Seized Iran oil tanker, Indian crew released in Gibraltar
London: An Iranian oil supertanker, its Indian captain and three other Indian crew members have all been released on Thursday by authorities in Gibraltar, despite a last-minute claim on the vessel by the US Department of Justice.
"I am grateful and thankful for my release. And I am grateful to all who have facilitated my release in my legal team," the Captain of the Grace 1 tanker said in a statement.
A spokesman for Gibraltar's government also confirmed that police proceedings against four members of the crew had ended.
The arrested Indian crew members – the Master, Chief Officer and two Second Mates – were aboard the Panama-flagged supertanker that was detained off Europa Point in Gibraltar, a British Overseas Territory on the Spanish coast, last month. The Gibraltar authorities had said the vessel is loaded to capacity with crude oil enroute to Syria, in breach of European Union (EU) sanctions.
But after a hearing in Gibraltar on Thursday, the local Supreme Court of the region ruled that the tanker should be released after formal written assurances from Iran that the ship would not discharge its cargo in Syria and therefore not be in breach of EU sanctions.
"On 13 August, I received written assurance from the Republic of Iran that, if released, the destination of Grace 1 would not be an entity that is subject to European Union sanctions. I welcome that assurance. This is an important material change in the destination of the vessel and the beneficiary of its cargo," said Fabian Picardo, Chief Minister of Gibraltar, a semi-autonomous British Overseas Territory.
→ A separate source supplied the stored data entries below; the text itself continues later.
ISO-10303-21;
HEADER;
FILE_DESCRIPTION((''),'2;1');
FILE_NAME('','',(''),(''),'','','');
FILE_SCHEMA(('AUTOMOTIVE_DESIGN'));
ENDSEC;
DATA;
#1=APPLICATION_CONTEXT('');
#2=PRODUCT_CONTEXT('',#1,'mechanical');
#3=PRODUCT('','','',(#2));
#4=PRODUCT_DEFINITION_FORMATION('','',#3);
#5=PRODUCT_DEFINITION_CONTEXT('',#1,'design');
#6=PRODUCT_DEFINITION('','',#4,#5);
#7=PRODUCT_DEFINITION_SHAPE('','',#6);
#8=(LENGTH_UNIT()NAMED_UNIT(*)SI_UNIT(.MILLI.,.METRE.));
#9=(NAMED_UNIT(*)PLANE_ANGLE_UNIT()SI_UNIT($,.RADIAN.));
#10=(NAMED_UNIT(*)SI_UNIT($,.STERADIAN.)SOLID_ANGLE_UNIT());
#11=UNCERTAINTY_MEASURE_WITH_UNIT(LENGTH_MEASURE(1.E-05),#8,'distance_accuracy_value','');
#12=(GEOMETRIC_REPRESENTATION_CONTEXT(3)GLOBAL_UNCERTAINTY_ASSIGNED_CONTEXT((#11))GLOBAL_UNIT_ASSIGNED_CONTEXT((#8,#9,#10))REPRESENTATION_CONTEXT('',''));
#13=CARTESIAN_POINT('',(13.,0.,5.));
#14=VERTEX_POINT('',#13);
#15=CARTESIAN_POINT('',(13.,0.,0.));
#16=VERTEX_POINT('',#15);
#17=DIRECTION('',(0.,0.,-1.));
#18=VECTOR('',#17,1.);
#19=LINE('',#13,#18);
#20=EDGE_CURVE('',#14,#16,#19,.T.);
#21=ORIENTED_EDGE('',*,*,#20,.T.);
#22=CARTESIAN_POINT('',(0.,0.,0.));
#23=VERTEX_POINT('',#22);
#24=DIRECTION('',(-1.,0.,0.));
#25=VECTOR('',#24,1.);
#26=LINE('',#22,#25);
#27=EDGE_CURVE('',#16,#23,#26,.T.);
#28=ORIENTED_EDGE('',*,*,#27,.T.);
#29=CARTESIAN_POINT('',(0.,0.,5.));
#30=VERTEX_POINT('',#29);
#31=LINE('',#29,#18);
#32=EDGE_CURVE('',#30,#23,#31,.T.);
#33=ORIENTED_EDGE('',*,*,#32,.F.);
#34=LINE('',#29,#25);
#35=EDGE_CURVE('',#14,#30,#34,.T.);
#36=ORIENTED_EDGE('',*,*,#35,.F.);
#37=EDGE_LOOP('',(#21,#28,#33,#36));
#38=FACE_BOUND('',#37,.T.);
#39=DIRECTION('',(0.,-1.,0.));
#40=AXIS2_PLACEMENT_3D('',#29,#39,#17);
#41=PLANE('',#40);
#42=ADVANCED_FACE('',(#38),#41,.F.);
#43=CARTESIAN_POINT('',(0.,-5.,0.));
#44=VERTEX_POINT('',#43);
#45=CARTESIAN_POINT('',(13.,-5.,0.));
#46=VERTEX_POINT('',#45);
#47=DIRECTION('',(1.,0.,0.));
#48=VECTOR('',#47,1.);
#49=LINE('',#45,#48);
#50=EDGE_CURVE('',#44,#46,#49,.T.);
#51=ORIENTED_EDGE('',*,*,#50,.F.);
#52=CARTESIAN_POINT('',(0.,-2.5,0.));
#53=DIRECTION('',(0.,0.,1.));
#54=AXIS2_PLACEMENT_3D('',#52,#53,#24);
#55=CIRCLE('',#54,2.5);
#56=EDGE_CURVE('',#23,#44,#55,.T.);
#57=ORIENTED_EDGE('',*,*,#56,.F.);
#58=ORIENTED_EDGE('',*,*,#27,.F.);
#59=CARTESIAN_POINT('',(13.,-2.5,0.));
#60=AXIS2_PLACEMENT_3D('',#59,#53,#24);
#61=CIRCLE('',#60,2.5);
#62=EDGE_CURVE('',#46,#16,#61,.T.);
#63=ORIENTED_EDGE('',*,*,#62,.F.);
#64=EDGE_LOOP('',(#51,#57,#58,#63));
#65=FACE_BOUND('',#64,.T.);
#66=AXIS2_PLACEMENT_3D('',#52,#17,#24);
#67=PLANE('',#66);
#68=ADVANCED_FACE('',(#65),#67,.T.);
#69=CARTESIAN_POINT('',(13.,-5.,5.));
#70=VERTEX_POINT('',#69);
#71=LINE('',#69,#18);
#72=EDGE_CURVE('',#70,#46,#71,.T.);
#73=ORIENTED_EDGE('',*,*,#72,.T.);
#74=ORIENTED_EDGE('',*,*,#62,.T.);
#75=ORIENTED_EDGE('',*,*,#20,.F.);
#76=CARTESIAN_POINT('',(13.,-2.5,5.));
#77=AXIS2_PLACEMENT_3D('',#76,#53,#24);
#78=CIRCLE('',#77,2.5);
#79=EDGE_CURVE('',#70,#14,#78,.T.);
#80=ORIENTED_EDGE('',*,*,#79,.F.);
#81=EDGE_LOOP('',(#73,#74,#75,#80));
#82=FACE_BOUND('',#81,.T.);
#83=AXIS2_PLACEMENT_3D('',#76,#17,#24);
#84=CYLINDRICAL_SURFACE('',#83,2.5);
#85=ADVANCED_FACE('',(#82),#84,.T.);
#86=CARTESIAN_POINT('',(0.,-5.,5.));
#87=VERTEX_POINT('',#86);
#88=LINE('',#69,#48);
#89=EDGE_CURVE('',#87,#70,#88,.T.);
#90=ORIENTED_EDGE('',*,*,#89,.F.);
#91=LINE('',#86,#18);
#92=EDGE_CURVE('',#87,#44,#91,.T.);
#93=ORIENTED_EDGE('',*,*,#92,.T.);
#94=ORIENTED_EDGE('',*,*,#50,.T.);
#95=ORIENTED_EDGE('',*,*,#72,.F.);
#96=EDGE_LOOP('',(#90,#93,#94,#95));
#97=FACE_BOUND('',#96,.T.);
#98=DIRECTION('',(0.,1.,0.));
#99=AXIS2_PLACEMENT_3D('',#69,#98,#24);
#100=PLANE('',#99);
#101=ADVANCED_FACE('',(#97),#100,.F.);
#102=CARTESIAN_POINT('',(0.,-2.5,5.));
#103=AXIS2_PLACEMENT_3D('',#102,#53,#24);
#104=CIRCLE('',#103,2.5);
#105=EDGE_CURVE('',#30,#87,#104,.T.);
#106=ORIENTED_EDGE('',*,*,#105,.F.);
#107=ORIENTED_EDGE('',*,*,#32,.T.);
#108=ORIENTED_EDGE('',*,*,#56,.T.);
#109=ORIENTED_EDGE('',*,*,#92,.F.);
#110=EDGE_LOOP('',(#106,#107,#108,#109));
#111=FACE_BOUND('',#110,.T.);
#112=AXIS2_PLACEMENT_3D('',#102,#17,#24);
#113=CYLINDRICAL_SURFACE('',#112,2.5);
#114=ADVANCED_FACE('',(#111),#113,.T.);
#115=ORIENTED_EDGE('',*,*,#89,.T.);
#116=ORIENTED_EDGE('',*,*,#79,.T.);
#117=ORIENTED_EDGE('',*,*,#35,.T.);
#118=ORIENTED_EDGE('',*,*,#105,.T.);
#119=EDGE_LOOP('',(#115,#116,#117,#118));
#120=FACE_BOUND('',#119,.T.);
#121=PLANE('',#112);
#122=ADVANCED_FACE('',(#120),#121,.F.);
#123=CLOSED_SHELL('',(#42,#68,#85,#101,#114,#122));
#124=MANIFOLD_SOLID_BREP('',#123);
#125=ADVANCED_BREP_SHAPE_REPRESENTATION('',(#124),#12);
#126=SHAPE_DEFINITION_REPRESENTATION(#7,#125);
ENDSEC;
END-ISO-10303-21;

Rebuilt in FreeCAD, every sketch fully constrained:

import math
import FreeCAD as App
import Part
import Sketcher
from FreeCAD import Vector
Q = App.Units.Quantity

doc = App.newDocument("Part")
body = doc.addObject("PartDesign::Body", "Body")

# Sketch on XY plane
sketch1 = body.newObject("Sketcher::SketchObject", "Sketch")
sketch1.AttachmentSupport = (doc.getObject("XY_Plane"), [""])
sketch1.MapMode = "FlatFace"
sketch1.addGeometry(Part.LineSegment(Vector(13, 0, 0), Vector(0, 0, 0)), False)
sketch1.addGeometry(Part.ArcOfCircle(Part.Circle(Vector(0, -2.5, 0), Vector(0, 0, 1), 2.5), math.radians(90), math.radians(270)), False)
sketch1.addGeometry(Part.LineSegment(Vector(0, -5, 0), Vector(13, -5, 0)), False)
sketch1.addGeometry(Part.ArcOfCircle(Part.Circle(Vector(13, -2.5, 0), Vector(0, 0, 1), 2.5), math.radians(-90), math.radians(90)), False)
sketch1.addConstraint(Sketcher.Constraint("Tangent", 0, 2, 1, 1))
sketch1.addConstraint(Sketcher.Constraint("Tangent", 1, 2, 2, 1))
sketch1.addConstraint(Sketcher.Constraint("Tangent", 2, 2, 3, 1))
sketch1.addConstraint(Sketcher.Constraint("Tangent", 3, 2, 0, 1))
sketch1.addConstraint(Sketcher.Constraint("Horizontal", 0))
sketch1.addConstraint(Sketcher.Constraint("Horizontal", 2))
sketch1.addConstraint(Sketcher.Constraint("Coincident", 0, 2, -1, 1))
sketch1.addConstraint(Sketcher.Constraint("Radius", 1, Q("2.5 mm")))
sketch1.addConstraint(Sketcher.Constraint("DistanceX", 0, 2, 0, 1, Q("13 mm")))
pad1 = body.newObject("PartDesign::Pad", "Pad")
pad1.Profile = sketch1
pad1.Length = 5

doc.recompute()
"Indeed, this assurance has the effect of ensuring that we have deprived the Assad regime in Syria of more than USD 140-million of valuable crude oil… In light of the assurances we have received, there are no longer any reasonable grounds for the continued legal detention of the Grace 1 in order to ensure compliance with the EU Sanctions Regulation," he said.
A total of 28 crew on board the vessel include majority Indians but also Russians, Latvians and Filipinos, who had spent over a month in detention on board the ship since it was seized in early July. They should now be able to sail on to a destination agreed with Iran and the owner of the tanker – the National Iranian Oil Company.
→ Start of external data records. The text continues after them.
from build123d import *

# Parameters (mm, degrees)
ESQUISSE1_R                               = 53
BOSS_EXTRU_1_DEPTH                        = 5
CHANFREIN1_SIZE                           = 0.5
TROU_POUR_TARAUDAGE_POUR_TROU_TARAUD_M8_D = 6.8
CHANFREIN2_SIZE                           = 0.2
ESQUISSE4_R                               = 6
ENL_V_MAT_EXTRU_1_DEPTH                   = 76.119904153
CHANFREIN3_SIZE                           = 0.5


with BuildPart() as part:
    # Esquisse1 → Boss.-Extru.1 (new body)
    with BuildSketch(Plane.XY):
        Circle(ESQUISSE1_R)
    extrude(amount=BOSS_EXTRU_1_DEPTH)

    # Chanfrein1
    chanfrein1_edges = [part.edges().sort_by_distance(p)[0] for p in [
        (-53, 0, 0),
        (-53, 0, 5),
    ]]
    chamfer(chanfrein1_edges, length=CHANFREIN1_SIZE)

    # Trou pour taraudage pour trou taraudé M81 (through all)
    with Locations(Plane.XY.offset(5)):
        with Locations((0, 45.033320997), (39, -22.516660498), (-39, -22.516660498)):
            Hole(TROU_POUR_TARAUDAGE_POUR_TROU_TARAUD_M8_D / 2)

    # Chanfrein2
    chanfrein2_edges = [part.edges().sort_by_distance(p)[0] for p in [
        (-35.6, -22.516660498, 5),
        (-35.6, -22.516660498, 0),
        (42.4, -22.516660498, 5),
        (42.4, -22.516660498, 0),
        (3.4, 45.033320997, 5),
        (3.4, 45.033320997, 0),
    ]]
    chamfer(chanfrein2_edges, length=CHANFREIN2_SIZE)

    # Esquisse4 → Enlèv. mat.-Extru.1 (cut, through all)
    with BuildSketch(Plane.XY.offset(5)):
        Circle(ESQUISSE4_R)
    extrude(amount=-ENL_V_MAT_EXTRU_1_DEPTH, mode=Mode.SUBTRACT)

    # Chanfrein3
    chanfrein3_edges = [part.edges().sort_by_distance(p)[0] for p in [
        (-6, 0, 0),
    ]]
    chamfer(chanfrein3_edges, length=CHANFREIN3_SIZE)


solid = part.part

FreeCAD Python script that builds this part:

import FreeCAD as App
import Part
import Sketcher
from FreeCAD import Vector


def edges_at(feature, points):
    """Names of the edges that pass closest to the given points."""
    edges = feature.Shape.Edges
    near = lambda p: min(range(len(edges)), key=lambda i: edges[i].distToShape(Part.Vertex(*p))[0])
    return sorted({f"Edge{near(p) + 1}" for p in points})

doc = App.newDocument("Part")
body = doc.addObject("PartDesign::Body", "Body")

# Sketch on XY plane
sketch1 = body.newObject("Sketcher::SketchObject", "Sketch")
sketch1.AttachmentSupport = (doc.getObject("XY_Plane"), [""])
sketch1.MapMode = "FlatFace"
sketch1.addGeometry(Part.Circle(Vector(0, 0, 0), Vector(0, 0, 1), 53), False)
sketch1.addConstraint(Sketcher.Constraint("Coincident", 0, 3, -1, 1))
sketch1.addConstraint(Sketcher.Constraint("Diameter", 0, 106.0))
pad1 = body.newObject("PartDesign::Pad", "Pad")
pad1.Profile = sketch1
pad1.Length = 5
doc.recompute()

chamfer = body.newObject("PartDesign::Chamfer", "Chamfer")
chamfer.Base = (pad1, edges_at(pad1, [(-53, 0, 0), (-53, 0, 5)]))
chamfer.Size = 0.5

# Sketch on XY plane
sketch2 = body.newObject("Sketcher::SketchObject", "Sketch001")
sketch2.AttachmentSupport = (doc.getObject("XY_Plane"), [""])
sketch2.MapMode = "FlatFace"
sketch2.AttachmentOffset = App.Placement(Vector(0, 0, 5), App.Rotation())
sketch2.addGeometry(Part.Circle(Vector(0, 45, 0), Vector(0, 0, 1), 3.4), False)
sketch2.addGeometry(Part.Circle(Vector(39, -22.5, 0), Vector(0, 0, 1), 3.4), False)
sketch2.addGeometry(Part.Circle(Vector(-39, -22.5, 0), Vector(0, 0, 1), 3.4), False)
sketch2.addConstraint(Sketcher.Constraint("Equal", 0, 1))
sketch2.addConstraint(Sketcher.Constraint("Equal", 1, 2))
sketch2.addConstraint(Sketcher.Constraint("Symmetric", 1, 3, 2, 3, -2))
sketch2.addConstraint(Sketcher.Constraint("PointOnObject", 0, 3, -2))
sketch2.addConstraint(Sketcher.Constraint("Diameter", 0, 6.8))
sketch2.addConstraint(Sketcher.Constraint("DistanceX", -1, 1, 1, 3, 39.0))
sketch2.addConstraint(Sketcher.Constraint("DistanceY", -1, 1, 0, 3, 45.033321))
sketch2.addConstraint(Sketcher.Constraint("DistanceY", 1, 3, -1, 1, 22.51666))
doc.recompute()
hole = body.newObject("PartDesign::Hole", "Hole")
hole.Profile = sketch2
hole.ThreadType = "None"
hole.Diameter = 6.8
hole.DepthType = "ThroughAll"
doc.recompute()

chamfer2 = body.newObject("PartDesign::Chamfer", "Chamfer001")
chamfer2.Base = (hole, edges_at(hole, [
    (-35.6, -22.517, 5),
    (-35.6, -22.517, 0),
    (42.4, -22.517, 5),
    (42.4, -22.517, 0),
    (3.4, 45.033, 5),
    (3.4, 45.033, 0),
]))
chamfer2.Size = 0.2

# Sketch on XY plane
sketch3 = body.newObject("Sketcher::SketchObject", "Sketch002")
sketch3.AttachmentSupport = (doc.getObject("XY_Plane"), [""])
sketch3.MapMode = "FlatFace"
sketch3.AttachmentOffset = App.Placement(Vector(0, 0, 5), App.Rotation())
sketch3.addGeometry(Part.Circle(Vector(0, 0, 0), Vector(0, 0, 1), 6), False)
sketch3.addConstraint(Sketcher.Constraint("Coincident", 0, 3, -1, 1))
sketch3.addConstraint(Sketcher.Constraint("Diameter", 0, 12.0))
pocket1 = body.newObject("PartDesign::Pocket", "Pocket")
pocket1.Profile = sketch3
pocket1.Type = "ThroughAll"
doc.recompute()

chamfer3 = body.newObject("PartDesign::Chamfer", "Chamfer002")
chamfer3.Base = (pocket1, edges_at(pocket1, [(-6, 0, 0)]))
chamfer3.Size = 0.5

doc.recompute()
Picardo, who said he has been conducting consultations with the Iranian authorities for weeks in an effort to de-escalate the political tensions surrounding the seizure of the vessel, confirmed that the tanker has since been re-flagged under the flag of Iran and re-insured.
He added: "Separately, the US Department of Justice has requested that a new legal procedure for the detention of the vessel should be commenced. That is a matter for our independent Mutual Legal Assistance authorities who will make an objective, legal determination of that request for separate proceedings.
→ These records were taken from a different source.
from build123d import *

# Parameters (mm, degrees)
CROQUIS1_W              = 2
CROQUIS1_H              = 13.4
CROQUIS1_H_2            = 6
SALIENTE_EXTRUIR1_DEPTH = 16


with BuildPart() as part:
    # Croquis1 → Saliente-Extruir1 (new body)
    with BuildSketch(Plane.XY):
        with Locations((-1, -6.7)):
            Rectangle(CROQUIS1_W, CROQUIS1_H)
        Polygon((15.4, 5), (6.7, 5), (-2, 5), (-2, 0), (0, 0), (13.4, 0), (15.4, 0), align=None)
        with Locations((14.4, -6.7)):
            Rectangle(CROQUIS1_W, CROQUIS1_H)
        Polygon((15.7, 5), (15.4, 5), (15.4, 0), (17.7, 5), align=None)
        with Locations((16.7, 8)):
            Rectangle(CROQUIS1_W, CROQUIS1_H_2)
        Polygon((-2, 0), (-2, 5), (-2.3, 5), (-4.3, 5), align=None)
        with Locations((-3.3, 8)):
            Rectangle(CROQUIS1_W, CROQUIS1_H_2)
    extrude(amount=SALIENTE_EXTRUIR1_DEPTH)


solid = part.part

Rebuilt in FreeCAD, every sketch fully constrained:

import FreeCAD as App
import Part
import Sketcher

V = App.Vector
Q = App.Units.Quantity


def add_polygon(sketch, points):
    """Adds a closed chain of lines whose ends are joined by coincident constraints."""
    first, n = sketch.GeometryCount, len(points)
    for a, b in zip(points, points[1:] + points[:1]):
        sketch.addGeometry(Part.LineSegment(App.Vector(*a, 0), App.Vector(*b, 0)), False)
    for i in range(n):
        sketch.addConstraint(Sketcher.Constraint("Coincident", first + i, 2, first + (i + 1) % n, 1))

doc = App.newDocument("Part")
body = doc.addObject("PartDesign::Body", "Body")

# Sketch on XY plane
sketch1 = body.newObject("Sketcher::SketchObject", "Sketch")
sketch1.AttachmentSupport = (doc.getObject("XY_Plane"), [""])
sketch1.MapMode = "FlatFace"
add_polygon(sketch1, [(-2, -13.4), (0, -13.4), (0, 0), (13.4, 0), (13.4, -13.4), (15.4, -13.4), (15.4, 0), (17.7, 5), (17.7, 11), (15.7, 11), (15.7, 5), (-2.3, 5), (-2.3, 11), (-4.3, 11), (-4.3, 5), (-2, 0)])  # lines 0-15
sketch1.addConstraint([
    Sketcher.Constraint("Horizontal", 0),
    Sketcher.Constraint("Vertical", 1),
    Sketcher.Constraint("Horizontal", 2),
    Sketcher.Constraint("Vertical", 3),
    Sketcher.Constraint("Horizontal", 4),
    Sketcher.Constraint("Vertical", 5),
    Sketcher.Constraint("Vertical", 7),
    Sketcher.Constraint("Horizontal", 8),
    Sketcher.Constraint("Vertical", 9),
    Sketcher.Constraint("Horizontal", 10),
    Sketcher.Constraint("Vertical", 11),
    Sketcher.Constraint("Horizontal", 12),
    Sketcher.Constraint("Vertical", 13),
    Sketcher.Constraint("Vertical", 15),
    Sketcher.Constraint("Coincident", 1, 2, -1, 1),
    Sketcher.Constraint("PointOnObject", 5, 2, -1),
    Sketcher.Constraint("PointOnObject", 14, 2, -1),
    Sketcher.Constraint("Horizontal", 0, 2, 3, 2),
    Sketcher.Constraint("Horizontal", 6, 2, 9, 2),
    Sketcher.Constraint("Horizontal", 8, 2, 11, 2),
    Sketcher.Constraint("Horizontal", 10, 2, 13, 2),
    Sketcher.Constraint("Equal", 0, 4),
    Sketcher.Constraint("Equal", 4, 8),
    Sketcher.Constraint("Equal", 8, 12),
    Sketcher.Constraint("Equal", 2, 1),
    Sketcher.Constraint("Equal", 6, 14),
    Sketcher.Constraint("DistanceX", 0, 1, 0, 2, Q("2 mm")),
    Sketcher.Constraint("DistanceX", 10, 2, 10, 1, Q("18 mm")),
    Sketcher.Constraint("DistanceY", 7, 1, 7, 2, Q("6 mm")),
    Sketcher.Constraint("DistanceX", 2, 1, 2, 2, Q("13.4 mm")),
    Sketcher.Constraint("DistanceY", -1, 1, 6, 2, Q("5 mm")),
])
pad1 = body.newObject("PartDesign::Pad", "Pad")
pad1.Profile = sketch1
pad1.Length = 16

doc.recompute()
"The Grace 1 is therefore now released from detention under the Sanctions Act by operation of law, as confirmed by the Chief Justice of the Supreme Court."
The UK Foreign Office has declined to comment on the US request and said that "investigations conducted around the Grace 1 are a matter for the government of Gibraltar".
The Gibraltar port and law enforcement agencies had detained the supertanker and its cargo on July 4 during an operation conducted by the Royal Gibraltar Police (RGP), Customs and Port Authority with the support of British Royal Marines.
The detention of the vessel relates to the suspected destination of the cargo, the Banyas refinery in Syria, which is owned by the Banyas Oil Refinery Company. The Gibraltar government said that its investigations produced evidence confirming that at the time of its detention the Grace 1 was "indeed carrying its cargo to the Baniyas refinery in Syria", which was in contravention of Article 14 of the EU Regulation on Sanctions on Syria.
However, following the assurances given by Iran and the captain of the ship, the Gibraltar government has "revoked the Specification of the Vessel” order.
The US demand is reportedly part of the Trump administration's efforts to intensify the effect of existing Western economic sanctions on both Iran and Syria.
Iran had called for the UK to release its oil tanker and warned Britain not to get involved in "this dangerous game", which eventually led to Iran's seizure of a British-flagged tanker in the Gulf as well.
Tehran blames the US for arranging to have its ship seized in the wake of sanctions imposed against Iran with the aim of halting all its oil exports. European countries do not have sanctions against Iran but have had them in place against Iran's ally Syria since 2011.